-- Opening Marker --

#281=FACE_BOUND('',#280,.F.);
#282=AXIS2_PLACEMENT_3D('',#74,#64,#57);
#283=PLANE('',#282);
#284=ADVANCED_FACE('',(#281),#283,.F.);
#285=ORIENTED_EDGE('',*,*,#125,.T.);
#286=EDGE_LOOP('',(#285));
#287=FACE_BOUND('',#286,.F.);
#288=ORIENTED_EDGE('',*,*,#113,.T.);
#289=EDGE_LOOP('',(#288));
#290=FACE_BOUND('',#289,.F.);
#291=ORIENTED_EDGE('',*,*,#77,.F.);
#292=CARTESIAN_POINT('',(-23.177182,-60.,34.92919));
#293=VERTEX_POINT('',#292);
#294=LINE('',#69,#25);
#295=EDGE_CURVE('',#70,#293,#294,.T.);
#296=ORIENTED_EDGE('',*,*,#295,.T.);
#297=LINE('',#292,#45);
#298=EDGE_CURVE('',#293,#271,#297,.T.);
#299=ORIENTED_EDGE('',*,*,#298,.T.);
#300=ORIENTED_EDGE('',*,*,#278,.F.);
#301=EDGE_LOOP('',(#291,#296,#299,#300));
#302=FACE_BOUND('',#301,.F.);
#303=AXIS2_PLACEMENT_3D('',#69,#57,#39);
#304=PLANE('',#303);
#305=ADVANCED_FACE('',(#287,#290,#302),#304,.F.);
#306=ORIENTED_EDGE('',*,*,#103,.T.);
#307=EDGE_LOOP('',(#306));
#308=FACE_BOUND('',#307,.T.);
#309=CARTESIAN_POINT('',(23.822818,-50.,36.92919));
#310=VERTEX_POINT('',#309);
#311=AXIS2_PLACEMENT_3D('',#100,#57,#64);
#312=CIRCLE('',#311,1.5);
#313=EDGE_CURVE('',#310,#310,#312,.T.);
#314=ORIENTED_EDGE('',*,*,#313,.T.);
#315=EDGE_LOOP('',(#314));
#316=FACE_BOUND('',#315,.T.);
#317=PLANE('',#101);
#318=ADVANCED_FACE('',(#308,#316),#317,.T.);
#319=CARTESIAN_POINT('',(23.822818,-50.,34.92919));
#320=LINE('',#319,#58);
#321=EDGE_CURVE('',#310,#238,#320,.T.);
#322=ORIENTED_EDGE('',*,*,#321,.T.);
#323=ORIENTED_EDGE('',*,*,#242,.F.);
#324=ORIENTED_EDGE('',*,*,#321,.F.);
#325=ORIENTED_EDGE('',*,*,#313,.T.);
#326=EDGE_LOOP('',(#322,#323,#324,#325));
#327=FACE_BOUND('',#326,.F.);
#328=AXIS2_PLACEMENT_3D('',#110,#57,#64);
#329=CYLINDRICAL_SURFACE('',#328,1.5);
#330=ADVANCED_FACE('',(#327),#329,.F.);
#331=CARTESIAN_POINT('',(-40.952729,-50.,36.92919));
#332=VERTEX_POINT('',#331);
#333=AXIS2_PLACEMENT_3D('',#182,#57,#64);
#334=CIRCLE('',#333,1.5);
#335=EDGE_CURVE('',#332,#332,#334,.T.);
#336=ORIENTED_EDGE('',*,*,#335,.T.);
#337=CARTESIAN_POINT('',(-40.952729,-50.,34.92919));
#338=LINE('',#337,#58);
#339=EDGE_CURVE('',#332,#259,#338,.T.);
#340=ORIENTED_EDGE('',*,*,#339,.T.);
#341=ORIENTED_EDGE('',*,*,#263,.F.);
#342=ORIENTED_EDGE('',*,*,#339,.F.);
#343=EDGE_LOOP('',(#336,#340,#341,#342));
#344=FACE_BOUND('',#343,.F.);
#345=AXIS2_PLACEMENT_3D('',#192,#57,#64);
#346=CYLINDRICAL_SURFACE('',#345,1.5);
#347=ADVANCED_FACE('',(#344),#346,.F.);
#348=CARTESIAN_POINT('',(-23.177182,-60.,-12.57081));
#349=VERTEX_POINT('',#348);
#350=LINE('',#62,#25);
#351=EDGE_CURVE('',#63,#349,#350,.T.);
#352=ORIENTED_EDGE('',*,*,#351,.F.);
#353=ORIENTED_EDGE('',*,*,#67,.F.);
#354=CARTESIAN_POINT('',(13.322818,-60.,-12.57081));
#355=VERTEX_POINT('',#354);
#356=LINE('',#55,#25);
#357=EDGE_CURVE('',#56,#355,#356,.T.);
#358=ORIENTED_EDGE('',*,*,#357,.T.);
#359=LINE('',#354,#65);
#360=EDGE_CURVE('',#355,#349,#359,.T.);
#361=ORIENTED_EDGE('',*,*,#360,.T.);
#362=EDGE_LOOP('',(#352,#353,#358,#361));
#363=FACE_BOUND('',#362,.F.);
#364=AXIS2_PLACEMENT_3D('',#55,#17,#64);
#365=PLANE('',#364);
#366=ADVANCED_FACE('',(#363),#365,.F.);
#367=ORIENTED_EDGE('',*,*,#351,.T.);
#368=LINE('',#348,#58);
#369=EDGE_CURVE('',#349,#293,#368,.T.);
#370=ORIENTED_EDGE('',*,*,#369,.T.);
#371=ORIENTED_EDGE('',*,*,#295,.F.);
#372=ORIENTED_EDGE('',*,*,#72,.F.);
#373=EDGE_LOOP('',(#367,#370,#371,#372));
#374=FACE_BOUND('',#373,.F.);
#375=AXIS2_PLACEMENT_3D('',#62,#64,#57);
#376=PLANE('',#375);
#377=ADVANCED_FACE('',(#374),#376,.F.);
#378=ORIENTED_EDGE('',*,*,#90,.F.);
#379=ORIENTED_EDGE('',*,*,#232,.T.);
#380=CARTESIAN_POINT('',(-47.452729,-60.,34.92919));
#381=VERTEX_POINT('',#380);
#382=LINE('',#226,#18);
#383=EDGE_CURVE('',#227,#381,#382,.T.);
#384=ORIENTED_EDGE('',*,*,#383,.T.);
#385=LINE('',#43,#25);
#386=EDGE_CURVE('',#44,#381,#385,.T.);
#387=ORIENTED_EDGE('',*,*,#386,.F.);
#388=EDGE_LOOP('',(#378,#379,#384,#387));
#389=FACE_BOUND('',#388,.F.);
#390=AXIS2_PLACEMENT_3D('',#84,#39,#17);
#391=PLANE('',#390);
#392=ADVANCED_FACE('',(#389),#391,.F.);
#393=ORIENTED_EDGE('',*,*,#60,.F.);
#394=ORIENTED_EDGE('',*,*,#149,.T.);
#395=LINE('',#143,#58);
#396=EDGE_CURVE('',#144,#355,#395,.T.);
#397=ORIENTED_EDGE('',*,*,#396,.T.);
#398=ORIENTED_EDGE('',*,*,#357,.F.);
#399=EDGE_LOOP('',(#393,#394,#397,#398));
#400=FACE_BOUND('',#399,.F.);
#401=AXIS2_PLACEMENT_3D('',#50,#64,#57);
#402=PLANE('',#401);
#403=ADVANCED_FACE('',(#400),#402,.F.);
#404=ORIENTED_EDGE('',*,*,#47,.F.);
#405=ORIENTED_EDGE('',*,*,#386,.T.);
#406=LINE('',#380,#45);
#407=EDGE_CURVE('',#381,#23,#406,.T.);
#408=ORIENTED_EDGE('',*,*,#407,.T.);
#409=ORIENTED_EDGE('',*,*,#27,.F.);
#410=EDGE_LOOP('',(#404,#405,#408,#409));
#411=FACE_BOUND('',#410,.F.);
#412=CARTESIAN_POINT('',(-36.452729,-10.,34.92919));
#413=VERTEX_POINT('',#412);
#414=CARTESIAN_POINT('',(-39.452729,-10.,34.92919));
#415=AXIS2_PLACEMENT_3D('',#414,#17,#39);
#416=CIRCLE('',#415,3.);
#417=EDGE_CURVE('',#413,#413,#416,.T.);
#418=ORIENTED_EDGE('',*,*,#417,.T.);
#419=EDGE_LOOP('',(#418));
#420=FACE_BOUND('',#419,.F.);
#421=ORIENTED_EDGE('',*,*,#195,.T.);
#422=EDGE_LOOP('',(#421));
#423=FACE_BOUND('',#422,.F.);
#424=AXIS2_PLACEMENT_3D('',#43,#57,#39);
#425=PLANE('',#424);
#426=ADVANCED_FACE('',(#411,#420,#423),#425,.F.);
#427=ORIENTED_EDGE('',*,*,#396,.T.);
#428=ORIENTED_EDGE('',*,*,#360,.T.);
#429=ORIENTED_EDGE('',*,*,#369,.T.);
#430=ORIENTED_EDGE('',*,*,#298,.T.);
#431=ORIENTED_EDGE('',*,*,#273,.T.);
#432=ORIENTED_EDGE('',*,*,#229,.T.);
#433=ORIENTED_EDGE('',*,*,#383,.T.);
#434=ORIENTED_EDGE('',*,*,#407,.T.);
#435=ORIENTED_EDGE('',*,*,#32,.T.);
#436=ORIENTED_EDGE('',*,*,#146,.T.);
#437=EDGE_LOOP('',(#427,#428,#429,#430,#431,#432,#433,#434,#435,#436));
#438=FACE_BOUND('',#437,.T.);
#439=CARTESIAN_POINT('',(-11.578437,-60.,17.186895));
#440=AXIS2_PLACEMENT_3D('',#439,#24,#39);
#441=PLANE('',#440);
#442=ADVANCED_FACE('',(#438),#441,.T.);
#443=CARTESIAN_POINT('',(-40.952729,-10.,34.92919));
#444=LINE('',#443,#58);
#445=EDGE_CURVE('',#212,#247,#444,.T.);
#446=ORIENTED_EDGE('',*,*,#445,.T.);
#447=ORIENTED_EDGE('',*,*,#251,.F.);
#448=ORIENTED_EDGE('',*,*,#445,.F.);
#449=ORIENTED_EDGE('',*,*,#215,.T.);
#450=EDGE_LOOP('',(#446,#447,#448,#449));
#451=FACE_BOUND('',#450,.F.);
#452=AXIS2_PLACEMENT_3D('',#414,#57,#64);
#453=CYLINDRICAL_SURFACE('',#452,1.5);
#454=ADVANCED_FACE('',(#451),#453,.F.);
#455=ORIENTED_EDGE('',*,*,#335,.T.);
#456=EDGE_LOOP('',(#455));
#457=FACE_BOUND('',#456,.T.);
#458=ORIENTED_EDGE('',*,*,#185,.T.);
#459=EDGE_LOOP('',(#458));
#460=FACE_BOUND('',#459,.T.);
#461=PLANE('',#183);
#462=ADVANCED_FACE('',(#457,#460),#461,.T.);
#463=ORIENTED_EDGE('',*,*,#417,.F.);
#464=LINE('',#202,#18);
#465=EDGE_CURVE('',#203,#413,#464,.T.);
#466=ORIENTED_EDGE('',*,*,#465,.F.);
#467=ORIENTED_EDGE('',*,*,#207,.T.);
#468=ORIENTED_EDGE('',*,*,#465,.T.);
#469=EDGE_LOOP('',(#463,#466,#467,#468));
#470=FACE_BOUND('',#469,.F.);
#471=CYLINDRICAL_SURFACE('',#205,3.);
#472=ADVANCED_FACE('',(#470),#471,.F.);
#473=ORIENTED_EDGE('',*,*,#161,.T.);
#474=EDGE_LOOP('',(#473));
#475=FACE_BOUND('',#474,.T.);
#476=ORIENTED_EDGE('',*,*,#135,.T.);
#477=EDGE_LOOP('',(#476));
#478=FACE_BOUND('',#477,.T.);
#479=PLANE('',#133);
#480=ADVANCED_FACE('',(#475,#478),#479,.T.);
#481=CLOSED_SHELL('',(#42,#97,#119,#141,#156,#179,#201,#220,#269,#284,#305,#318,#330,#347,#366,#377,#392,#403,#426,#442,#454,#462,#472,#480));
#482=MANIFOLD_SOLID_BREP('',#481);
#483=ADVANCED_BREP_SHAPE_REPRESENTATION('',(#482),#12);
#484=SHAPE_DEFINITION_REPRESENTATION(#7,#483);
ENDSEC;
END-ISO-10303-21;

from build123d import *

-- Closing Marker --

• Problem description
Transcribe the lines above between the line holding "#464=LINE('',#202,#18);" and the line holding "#480=ADVANCED_FACE('',(#475,#478),#479,.T.);", inclusive, exactly as they stand and with nothing added.

• Result of this task
#464=LINE('',#202,#18);
#465=EDGE_CURVE('',#203,#413,#464,.T.);
#466=ORIENTED_EDGE('',*,*,#465,.F.);
#467=ORIENTED_EDGE('',*,*,#207,.T.);
#468=ORIENTED_EDGE('',*,*,#465,.T.);
#469=EDGE_LOOP('',(#463,#466,#467,#468));
#470=FACE_BOUND('',#469,.F.);
#471=CYLINDRICAL_SURFACE('',#205,3.);
#472=ADVANCED_FACE('',(#470),#471,.F.);
#473=ORIENTED_EDGE('',*,*,#161,.T.);
#474=EDGE_LOOP('',(#473));
#475=FACE_BOUND('',#474,.T.);
#476=ORIENTED_EDGE('',*,*,#135,.T.);
#477=EDGE_LOOP('',(#476));
#478=FACE_BOUND('',#477,.T.);
#479=PLANE('',#133);
#480=ADVANCED_FACE('',(#475,#478),#479,.T.);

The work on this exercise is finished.